SUPPLIED MATERIAL ::
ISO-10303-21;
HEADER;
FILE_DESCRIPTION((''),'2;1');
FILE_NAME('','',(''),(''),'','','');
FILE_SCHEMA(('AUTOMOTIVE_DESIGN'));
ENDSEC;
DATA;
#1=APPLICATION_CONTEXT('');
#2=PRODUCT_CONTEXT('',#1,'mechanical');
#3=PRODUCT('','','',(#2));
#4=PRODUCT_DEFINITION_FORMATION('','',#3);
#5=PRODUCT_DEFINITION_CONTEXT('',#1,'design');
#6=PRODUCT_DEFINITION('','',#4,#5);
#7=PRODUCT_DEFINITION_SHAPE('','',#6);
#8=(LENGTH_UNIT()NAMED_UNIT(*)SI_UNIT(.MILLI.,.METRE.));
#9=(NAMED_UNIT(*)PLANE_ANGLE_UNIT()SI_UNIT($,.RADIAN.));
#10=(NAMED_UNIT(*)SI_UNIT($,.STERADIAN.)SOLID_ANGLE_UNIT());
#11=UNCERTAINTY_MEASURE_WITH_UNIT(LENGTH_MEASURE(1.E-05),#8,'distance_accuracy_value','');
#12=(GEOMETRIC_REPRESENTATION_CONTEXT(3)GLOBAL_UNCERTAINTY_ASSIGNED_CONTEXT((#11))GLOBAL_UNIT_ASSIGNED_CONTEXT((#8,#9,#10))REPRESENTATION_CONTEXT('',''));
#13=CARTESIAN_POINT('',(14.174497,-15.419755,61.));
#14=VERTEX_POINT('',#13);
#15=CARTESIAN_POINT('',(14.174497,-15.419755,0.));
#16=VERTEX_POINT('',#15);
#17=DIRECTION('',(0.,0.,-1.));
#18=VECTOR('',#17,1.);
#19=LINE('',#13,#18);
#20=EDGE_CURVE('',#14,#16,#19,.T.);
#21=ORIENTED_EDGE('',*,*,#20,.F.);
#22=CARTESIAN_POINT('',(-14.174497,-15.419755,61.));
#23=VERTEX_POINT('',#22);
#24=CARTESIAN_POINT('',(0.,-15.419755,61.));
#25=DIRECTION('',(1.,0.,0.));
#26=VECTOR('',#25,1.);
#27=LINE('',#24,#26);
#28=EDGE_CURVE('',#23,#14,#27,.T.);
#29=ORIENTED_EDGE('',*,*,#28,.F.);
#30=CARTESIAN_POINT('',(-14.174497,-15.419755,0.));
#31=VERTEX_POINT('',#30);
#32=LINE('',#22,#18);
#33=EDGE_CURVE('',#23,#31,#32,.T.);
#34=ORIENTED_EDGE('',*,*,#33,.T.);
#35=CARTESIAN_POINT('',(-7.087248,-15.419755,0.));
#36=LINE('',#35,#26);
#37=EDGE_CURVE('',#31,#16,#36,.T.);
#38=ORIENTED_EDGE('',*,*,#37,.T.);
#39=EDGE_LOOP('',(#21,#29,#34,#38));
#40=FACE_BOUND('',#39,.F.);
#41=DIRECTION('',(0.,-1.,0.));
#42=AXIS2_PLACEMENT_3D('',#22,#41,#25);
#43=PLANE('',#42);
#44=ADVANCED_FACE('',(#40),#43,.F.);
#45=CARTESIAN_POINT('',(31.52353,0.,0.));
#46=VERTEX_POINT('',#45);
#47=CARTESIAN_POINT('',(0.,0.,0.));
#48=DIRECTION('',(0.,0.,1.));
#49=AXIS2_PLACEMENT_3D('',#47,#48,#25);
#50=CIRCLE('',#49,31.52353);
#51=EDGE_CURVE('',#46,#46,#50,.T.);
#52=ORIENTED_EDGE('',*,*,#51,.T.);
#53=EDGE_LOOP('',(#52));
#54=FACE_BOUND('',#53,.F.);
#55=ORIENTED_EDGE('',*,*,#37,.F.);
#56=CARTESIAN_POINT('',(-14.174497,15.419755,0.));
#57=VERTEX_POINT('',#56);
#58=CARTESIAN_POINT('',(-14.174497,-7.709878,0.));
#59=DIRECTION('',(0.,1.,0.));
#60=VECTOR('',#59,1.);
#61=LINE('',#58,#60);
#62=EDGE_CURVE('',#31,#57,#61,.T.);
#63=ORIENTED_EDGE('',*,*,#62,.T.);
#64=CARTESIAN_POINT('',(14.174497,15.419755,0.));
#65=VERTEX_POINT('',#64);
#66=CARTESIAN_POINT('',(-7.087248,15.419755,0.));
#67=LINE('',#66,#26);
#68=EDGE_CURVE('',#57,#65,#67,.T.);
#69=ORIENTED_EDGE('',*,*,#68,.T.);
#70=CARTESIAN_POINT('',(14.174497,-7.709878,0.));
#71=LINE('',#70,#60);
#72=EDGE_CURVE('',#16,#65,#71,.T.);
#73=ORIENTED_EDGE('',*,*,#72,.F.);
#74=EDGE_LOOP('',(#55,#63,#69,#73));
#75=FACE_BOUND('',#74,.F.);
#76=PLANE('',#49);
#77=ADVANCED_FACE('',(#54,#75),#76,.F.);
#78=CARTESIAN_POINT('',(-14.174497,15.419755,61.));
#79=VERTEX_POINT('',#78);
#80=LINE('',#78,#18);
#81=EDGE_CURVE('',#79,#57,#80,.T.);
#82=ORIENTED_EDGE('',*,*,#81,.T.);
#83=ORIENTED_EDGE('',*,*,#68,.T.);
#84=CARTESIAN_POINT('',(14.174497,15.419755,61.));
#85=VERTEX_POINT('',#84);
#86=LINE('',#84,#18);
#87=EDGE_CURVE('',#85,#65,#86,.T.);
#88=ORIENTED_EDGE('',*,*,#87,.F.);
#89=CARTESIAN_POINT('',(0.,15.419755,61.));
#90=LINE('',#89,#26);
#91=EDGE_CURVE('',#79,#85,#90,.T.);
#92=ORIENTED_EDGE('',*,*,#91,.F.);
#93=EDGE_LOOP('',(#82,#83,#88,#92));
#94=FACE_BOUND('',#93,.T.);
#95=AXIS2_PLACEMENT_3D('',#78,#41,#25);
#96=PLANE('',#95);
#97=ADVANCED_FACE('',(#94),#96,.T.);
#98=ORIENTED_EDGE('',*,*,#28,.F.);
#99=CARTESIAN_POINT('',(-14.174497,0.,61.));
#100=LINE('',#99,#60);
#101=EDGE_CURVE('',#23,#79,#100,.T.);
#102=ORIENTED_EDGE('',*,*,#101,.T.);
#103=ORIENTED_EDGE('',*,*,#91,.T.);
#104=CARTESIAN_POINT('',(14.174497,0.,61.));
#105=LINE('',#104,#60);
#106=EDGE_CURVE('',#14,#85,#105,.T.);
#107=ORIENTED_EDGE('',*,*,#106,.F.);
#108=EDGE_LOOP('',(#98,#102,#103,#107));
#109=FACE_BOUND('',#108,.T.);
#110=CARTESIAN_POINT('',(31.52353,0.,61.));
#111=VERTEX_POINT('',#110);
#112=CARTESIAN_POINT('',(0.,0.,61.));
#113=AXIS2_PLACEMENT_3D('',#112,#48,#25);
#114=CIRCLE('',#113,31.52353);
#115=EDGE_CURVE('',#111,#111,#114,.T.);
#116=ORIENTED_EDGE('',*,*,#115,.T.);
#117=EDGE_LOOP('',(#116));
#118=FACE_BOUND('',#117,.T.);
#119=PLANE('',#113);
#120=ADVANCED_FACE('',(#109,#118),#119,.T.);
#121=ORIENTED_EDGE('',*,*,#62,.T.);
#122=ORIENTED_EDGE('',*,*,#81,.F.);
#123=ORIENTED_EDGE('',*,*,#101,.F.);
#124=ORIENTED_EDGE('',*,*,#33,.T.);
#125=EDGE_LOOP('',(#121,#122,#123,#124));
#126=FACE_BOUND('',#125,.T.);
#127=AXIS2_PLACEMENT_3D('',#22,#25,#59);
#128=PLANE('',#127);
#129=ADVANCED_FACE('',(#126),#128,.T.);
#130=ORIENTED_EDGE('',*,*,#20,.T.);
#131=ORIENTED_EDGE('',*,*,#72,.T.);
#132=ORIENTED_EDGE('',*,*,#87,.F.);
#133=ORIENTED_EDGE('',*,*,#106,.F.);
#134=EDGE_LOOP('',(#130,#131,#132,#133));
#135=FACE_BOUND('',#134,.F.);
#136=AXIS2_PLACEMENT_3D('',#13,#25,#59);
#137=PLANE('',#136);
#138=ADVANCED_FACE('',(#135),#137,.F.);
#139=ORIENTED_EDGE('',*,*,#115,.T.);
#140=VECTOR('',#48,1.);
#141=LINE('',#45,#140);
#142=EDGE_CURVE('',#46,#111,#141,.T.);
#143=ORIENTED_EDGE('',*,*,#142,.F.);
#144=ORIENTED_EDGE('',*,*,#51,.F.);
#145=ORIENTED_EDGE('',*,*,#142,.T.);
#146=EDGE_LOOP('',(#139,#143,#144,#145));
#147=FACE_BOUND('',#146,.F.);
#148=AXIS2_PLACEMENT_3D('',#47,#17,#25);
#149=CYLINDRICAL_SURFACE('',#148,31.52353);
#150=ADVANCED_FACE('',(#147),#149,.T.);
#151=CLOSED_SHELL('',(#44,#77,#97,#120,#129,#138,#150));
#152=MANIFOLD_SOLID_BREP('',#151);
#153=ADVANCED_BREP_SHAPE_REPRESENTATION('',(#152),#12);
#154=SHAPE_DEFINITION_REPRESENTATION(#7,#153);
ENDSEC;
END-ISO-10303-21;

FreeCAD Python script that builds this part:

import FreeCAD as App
import Part
import Sketcher

V = App.Vector
Q = App.Units.Quantity


def add_polygon(sketch, points):
    """Adds a closed chain of lines whose ends are joined by coincident constraints."""
    first, n = sketch.GeometryCount, len(points)
    for a, b in zip(points, points[1:] + points[:1]):
        sketch.addGeometry(Part.LineSegment(App.Vector(*a, 0), App.Vector(*b, 0)), False)
    for i in range(n):
        sketch.addConstraint(Sketcher.Constraint("Coincident", first + i, 2, first + (i + 1) % n, 1))

doc = App.newDocument("Part")
body = doc.addObject("PartDesign::Body", "Body")

# Sketch on XY plane
sketch1 = body.newObject("Sketcher::SketchObject", "Sketch")
sketch1.AttachmentSupport = (doc.getObject("XY_Plane"), [""])
sketch1.MapMode = "FlatFace"
sketch1.addGeometry(Part.Circle(V(0, 0, 0), V(0, 0, 1), 32), False)
sketch1.addConstraint([
    Sketcher.Constraint("Coincident", 0, 3, -1, 1),
    Sketcher.Constraint("Diameter", 0, Q("63.047061 mm")),
])
pad1 = body.newObject("PartDesign::Pad", "Pad")
pad1.Profile = sketch1
pad1.Length = 25
body2 = doc.addObject("PartDesign::Body", "Body001")

# Sketch on XY plane
sketch2 = body2.newObject("Sketcher::SketchObject", "Sketch001")
sketch2.AttachmentSupport = (doc.getObject("XY_Plane001"), [""])
sketch2.MapMode = "FlatFace"
sketch2.addGeometry(Part.Circle(V(0, 0, 0), V(0, 0, 1), 32), False)
sketch2.addConstraint([
    Sketcher.Constraint("Coincident", 0, 3, -1, 1),
    Sketcher.Constraint("Diameter", 0, Q("63.047061 mm")),
])
pad2 = body2.newObject("PartDesign::Pad", "Pad001")
pad2.Profile = sketch2
pad2.Length = 61

# Sketch on XY plane
sketch3 = body2.newObject("Sketcher::SketchObject", "Sketch002")
sketch3.AttachmentSupport = (doc.getObject("XY_Plane001"), [""])
sketch3.MapMode = "FlatFace"
sketch3.AttachmentOffset = App.Placement(V(0, 0, 61), App.Rotation())
add_polygon(sketch3, [(-14, 15), (-14, -15), (14, -15), (14, 15)])  # lines 0-3
sketch3.addConstraint([
    Sketcher.Constraint("Vertical", 0),
    Sketcher.Constraint("Horizontal", 1),
    Sketcher.Constraint("Vertical", 2),
    Sketcher.Constraint("Horizontal", 3),
    Sketcher.Constraint("Symmetric", 0, 2, 2, 2, -1, 1),
    Sketcher.Constraint("DistanceY", 0, 2, 0, 1, Q("30.83951 mm")),
    Sketcher.Constraint("DistanceX", 1, 1, 1, 2, Q("28.348994 mm")),
])
pocket1 = body2.newObject("PartDesign::Pocket", "Pocket")
pocket1.Profile = sketch3
pocket1.Length = 75
body.Visibility = False

doc.recompute()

WORK TASK ::
Find how many lines in the records contain the string "DIRECTION", then give the number alone.

TASK SOLUTION ::
5